Your response must be made up of each line in the data below that contains the string "CIRCLE".

▶ [Material to process]
------------------------------------------------------------------------
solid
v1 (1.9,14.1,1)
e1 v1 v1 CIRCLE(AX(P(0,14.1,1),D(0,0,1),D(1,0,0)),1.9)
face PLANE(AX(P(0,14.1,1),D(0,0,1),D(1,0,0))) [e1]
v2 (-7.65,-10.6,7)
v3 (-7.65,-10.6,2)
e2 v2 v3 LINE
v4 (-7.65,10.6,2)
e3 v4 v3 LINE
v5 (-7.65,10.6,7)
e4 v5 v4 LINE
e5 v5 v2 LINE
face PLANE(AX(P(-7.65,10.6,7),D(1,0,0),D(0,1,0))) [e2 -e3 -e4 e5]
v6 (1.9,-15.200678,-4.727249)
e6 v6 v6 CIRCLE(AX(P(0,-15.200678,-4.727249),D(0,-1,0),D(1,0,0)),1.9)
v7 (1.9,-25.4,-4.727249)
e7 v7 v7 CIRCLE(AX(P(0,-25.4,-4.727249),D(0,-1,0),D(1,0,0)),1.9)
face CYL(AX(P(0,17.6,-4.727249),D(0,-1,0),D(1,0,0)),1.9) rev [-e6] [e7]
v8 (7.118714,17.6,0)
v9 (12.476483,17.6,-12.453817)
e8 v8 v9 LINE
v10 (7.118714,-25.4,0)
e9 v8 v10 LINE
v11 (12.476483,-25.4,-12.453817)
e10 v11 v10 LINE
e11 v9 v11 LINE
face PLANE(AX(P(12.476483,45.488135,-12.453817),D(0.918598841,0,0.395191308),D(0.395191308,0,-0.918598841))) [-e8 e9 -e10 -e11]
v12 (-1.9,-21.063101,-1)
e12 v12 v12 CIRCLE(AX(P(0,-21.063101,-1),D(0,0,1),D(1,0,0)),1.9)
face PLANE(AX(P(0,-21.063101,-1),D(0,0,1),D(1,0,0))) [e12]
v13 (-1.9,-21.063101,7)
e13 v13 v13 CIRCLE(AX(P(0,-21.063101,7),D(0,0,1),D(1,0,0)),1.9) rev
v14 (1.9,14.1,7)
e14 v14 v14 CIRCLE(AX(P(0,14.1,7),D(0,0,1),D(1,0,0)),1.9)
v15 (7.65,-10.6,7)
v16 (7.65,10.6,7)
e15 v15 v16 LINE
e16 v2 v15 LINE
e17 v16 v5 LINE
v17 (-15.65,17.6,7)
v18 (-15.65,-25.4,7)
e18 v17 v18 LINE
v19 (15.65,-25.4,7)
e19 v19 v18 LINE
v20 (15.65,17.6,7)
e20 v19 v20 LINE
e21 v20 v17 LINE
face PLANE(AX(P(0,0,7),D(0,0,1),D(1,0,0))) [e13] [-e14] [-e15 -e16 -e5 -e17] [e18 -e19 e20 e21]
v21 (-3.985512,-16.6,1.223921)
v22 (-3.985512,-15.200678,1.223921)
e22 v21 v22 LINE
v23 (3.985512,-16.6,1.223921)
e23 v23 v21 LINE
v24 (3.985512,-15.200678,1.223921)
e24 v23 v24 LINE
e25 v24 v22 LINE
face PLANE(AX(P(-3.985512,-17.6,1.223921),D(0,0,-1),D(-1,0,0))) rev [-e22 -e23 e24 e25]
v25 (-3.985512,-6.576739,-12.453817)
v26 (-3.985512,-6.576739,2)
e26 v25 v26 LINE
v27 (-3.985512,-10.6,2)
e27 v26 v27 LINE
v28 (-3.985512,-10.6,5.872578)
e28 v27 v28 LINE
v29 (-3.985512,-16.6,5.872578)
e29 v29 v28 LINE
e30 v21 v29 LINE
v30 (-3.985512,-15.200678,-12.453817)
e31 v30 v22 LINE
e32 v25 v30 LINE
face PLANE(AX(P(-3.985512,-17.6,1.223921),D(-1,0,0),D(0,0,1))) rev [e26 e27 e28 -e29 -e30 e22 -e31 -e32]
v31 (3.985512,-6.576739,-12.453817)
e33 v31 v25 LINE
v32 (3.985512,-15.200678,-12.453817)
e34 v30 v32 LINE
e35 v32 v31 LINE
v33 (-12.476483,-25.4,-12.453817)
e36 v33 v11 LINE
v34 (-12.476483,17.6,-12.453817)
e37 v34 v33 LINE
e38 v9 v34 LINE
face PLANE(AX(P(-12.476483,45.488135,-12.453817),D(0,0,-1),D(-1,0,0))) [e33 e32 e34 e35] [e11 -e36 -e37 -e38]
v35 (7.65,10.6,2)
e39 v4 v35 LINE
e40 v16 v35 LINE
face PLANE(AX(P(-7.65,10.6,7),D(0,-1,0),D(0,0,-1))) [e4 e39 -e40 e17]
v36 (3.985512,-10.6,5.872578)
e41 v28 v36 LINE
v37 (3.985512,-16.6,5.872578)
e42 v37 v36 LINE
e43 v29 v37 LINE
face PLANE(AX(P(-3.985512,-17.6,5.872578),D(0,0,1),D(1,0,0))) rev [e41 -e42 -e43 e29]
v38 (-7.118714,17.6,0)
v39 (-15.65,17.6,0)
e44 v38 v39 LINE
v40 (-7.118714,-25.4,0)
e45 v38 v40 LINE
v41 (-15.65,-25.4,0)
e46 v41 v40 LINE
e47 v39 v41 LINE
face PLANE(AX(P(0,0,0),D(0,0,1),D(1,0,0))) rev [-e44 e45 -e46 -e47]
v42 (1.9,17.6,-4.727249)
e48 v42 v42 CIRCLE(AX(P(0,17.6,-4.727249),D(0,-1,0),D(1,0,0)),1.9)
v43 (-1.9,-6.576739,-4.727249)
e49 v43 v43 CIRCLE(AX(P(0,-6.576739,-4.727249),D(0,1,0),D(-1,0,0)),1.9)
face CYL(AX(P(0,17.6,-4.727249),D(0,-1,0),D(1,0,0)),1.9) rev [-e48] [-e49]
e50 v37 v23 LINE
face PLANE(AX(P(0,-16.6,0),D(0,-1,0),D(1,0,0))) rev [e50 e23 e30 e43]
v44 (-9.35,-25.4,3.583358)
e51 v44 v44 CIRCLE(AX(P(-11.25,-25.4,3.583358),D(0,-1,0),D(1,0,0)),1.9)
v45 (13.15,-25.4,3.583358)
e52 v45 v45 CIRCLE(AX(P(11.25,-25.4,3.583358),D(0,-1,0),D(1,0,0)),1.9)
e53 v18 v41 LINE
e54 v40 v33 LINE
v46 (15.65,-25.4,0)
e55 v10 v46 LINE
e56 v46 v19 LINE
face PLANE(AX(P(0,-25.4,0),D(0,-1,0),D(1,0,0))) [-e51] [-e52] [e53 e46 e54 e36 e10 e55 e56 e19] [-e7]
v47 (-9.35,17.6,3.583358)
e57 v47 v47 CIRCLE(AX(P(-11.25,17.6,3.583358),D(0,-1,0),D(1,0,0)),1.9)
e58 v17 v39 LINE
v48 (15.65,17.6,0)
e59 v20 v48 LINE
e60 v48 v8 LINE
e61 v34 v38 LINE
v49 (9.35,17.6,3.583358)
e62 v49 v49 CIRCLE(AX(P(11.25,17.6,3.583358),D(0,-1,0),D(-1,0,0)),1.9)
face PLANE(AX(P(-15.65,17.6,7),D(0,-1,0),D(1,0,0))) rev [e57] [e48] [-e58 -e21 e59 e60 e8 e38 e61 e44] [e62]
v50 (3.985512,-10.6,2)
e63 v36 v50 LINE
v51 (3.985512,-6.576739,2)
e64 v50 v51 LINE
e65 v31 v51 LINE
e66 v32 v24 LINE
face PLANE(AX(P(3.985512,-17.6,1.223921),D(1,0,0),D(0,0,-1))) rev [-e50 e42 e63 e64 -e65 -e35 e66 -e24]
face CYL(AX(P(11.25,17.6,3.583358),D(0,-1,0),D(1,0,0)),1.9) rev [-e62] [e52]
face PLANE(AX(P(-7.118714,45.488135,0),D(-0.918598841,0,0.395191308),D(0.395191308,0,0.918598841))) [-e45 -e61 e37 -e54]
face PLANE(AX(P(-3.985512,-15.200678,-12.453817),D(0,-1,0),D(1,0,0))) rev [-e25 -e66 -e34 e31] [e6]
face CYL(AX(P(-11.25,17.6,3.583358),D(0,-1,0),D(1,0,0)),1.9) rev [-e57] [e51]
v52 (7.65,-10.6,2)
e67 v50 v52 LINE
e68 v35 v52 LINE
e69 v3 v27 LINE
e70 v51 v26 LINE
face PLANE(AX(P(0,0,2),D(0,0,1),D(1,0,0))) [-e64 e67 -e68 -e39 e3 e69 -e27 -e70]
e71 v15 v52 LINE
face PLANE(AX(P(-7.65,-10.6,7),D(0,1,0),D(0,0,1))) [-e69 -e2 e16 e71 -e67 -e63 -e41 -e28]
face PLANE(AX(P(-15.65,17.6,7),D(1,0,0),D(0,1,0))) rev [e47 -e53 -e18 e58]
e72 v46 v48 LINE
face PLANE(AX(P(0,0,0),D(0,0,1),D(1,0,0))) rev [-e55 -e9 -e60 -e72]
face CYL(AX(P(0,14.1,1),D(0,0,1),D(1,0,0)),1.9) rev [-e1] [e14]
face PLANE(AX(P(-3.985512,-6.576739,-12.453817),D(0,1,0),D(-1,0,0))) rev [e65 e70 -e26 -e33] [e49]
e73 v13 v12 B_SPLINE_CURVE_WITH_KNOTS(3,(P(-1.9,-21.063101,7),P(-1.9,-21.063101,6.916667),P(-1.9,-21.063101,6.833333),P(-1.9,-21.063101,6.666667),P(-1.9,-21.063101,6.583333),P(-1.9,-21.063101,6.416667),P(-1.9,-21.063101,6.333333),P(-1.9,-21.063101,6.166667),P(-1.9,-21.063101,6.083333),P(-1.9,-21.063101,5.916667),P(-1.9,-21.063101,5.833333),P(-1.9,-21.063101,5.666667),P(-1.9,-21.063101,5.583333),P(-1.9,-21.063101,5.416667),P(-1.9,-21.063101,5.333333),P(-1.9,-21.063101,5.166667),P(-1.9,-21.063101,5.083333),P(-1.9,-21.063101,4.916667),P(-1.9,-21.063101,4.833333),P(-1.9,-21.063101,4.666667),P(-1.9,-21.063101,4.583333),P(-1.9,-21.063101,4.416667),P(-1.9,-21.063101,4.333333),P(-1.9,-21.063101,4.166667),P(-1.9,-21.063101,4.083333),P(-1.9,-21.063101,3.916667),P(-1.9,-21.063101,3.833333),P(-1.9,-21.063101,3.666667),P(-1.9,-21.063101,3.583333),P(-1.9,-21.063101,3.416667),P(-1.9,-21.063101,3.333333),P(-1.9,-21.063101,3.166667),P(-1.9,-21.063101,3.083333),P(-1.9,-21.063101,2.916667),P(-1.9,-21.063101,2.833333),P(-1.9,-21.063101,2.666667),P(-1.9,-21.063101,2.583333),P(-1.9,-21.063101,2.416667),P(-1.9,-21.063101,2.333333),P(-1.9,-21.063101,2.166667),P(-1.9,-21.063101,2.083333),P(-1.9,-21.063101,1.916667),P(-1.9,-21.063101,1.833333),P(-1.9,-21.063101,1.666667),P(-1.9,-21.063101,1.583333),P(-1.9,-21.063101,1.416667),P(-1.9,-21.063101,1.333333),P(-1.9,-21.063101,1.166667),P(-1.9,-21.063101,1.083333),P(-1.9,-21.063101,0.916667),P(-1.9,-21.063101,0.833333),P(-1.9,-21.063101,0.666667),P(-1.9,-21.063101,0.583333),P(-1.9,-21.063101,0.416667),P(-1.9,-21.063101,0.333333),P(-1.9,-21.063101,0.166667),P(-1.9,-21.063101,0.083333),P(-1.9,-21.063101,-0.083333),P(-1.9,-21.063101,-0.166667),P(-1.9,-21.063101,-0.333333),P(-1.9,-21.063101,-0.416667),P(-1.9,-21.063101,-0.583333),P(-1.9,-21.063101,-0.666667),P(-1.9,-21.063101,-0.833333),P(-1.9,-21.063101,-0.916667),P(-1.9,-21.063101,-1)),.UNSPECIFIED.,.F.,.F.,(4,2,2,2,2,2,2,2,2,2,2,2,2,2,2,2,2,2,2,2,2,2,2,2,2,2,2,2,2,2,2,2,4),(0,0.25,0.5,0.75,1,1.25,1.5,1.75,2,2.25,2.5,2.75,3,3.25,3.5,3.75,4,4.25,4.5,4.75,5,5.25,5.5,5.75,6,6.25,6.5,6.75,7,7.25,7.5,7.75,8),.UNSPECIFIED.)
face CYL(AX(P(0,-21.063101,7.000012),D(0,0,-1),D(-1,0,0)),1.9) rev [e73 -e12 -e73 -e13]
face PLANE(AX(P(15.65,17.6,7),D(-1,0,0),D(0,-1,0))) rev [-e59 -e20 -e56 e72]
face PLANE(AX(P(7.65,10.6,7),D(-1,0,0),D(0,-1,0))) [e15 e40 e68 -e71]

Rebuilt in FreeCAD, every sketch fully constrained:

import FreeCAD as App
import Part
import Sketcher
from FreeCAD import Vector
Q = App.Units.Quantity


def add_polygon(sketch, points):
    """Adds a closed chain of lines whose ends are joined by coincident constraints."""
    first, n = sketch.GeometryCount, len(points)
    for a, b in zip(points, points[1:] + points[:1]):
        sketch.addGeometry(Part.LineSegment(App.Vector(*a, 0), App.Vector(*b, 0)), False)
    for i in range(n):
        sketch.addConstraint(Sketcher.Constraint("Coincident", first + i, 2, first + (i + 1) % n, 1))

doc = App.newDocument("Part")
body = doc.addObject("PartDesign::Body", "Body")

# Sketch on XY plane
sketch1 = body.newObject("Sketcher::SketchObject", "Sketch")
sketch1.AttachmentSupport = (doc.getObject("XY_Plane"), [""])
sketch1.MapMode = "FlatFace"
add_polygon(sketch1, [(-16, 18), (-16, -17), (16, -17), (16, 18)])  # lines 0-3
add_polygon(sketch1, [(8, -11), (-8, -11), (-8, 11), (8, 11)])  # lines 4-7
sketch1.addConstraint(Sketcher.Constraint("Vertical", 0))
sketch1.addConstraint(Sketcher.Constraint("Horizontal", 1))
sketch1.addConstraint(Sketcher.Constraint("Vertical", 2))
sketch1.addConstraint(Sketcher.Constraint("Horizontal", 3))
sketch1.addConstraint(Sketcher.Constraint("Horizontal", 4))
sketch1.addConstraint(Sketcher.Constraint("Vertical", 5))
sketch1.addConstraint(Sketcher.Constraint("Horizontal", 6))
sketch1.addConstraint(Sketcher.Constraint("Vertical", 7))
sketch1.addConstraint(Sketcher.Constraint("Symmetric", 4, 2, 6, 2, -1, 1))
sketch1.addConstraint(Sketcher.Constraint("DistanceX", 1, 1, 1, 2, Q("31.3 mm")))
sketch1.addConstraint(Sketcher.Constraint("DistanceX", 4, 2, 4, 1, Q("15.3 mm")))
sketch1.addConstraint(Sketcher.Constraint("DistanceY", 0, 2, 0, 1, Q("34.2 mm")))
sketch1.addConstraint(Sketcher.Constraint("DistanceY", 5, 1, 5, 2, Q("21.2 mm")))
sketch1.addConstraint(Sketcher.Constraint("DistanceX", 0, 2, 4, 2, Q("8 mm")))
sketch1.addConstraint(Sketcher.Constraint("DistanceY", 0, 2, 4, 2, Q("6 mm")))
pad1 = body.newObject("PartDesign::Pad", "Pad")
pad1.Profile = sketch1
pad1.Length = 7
------------------------------------------------------------------------
▶ [Response]
e1 v1 v1 CIRCLE(AX(P(0,14.1,1),D(0,0,1),D(1,0,0)),1.9)
e6 v6 v6 CIRCLE(AX(P(0,-15.200678,-4.727249),D(0,-1,0),D(1,0,0)),1.9)
e7 v7 v7 CIRCLE(AX(P(0,-25.4,-4.727249),D(0,-1,0),D(1,0,0)),1.9)
e12 v12 v12 CIRCLE(AX(P(0,-21.063101,-1),D(0,0,1),D(1,0,0)),1.9)
e13 v13 v13 CIRCLE(AX(P(0,-21.063101,7),D(0,0,1),D(1,0,0)),1.9) rev
e14 v14 v14 CIRCLE(AX(P(0,14.1,7),D(0,0,1),D(1,0,0)),1.9)
e48 v42 v42 CIRCLE(AX(P(0,17.6,-4.727249),D(0,-1,0),D(1,0,0)),1.9)
e49 v43 v43 CIRCLE(AX(P(0,-6.576739,-4.727249),D(0,1,0),D(-1,0,0)),1.9)
e51 v44 v44 CIRCLE(AX(P(-11.25,-25.4,3.583358),D(0,-1,0),D(1,0,0)),1.9)
e52 v45 v45 CIRCLE(AX(P(11.25,-25.4,3.583358),D(0,-1,0),D(1,0,0)),1.9)
e57 v47 v47 CIRCLE(AX(P(-11.25,17.6,3.583358),D(0,-1,0),D(1,0,0)),1.9)
e62 v49 v49 CIRCLE(AX(P(11.25,17.6,3.583358),D(0,-1,0),D(-1,0,0)),1.9)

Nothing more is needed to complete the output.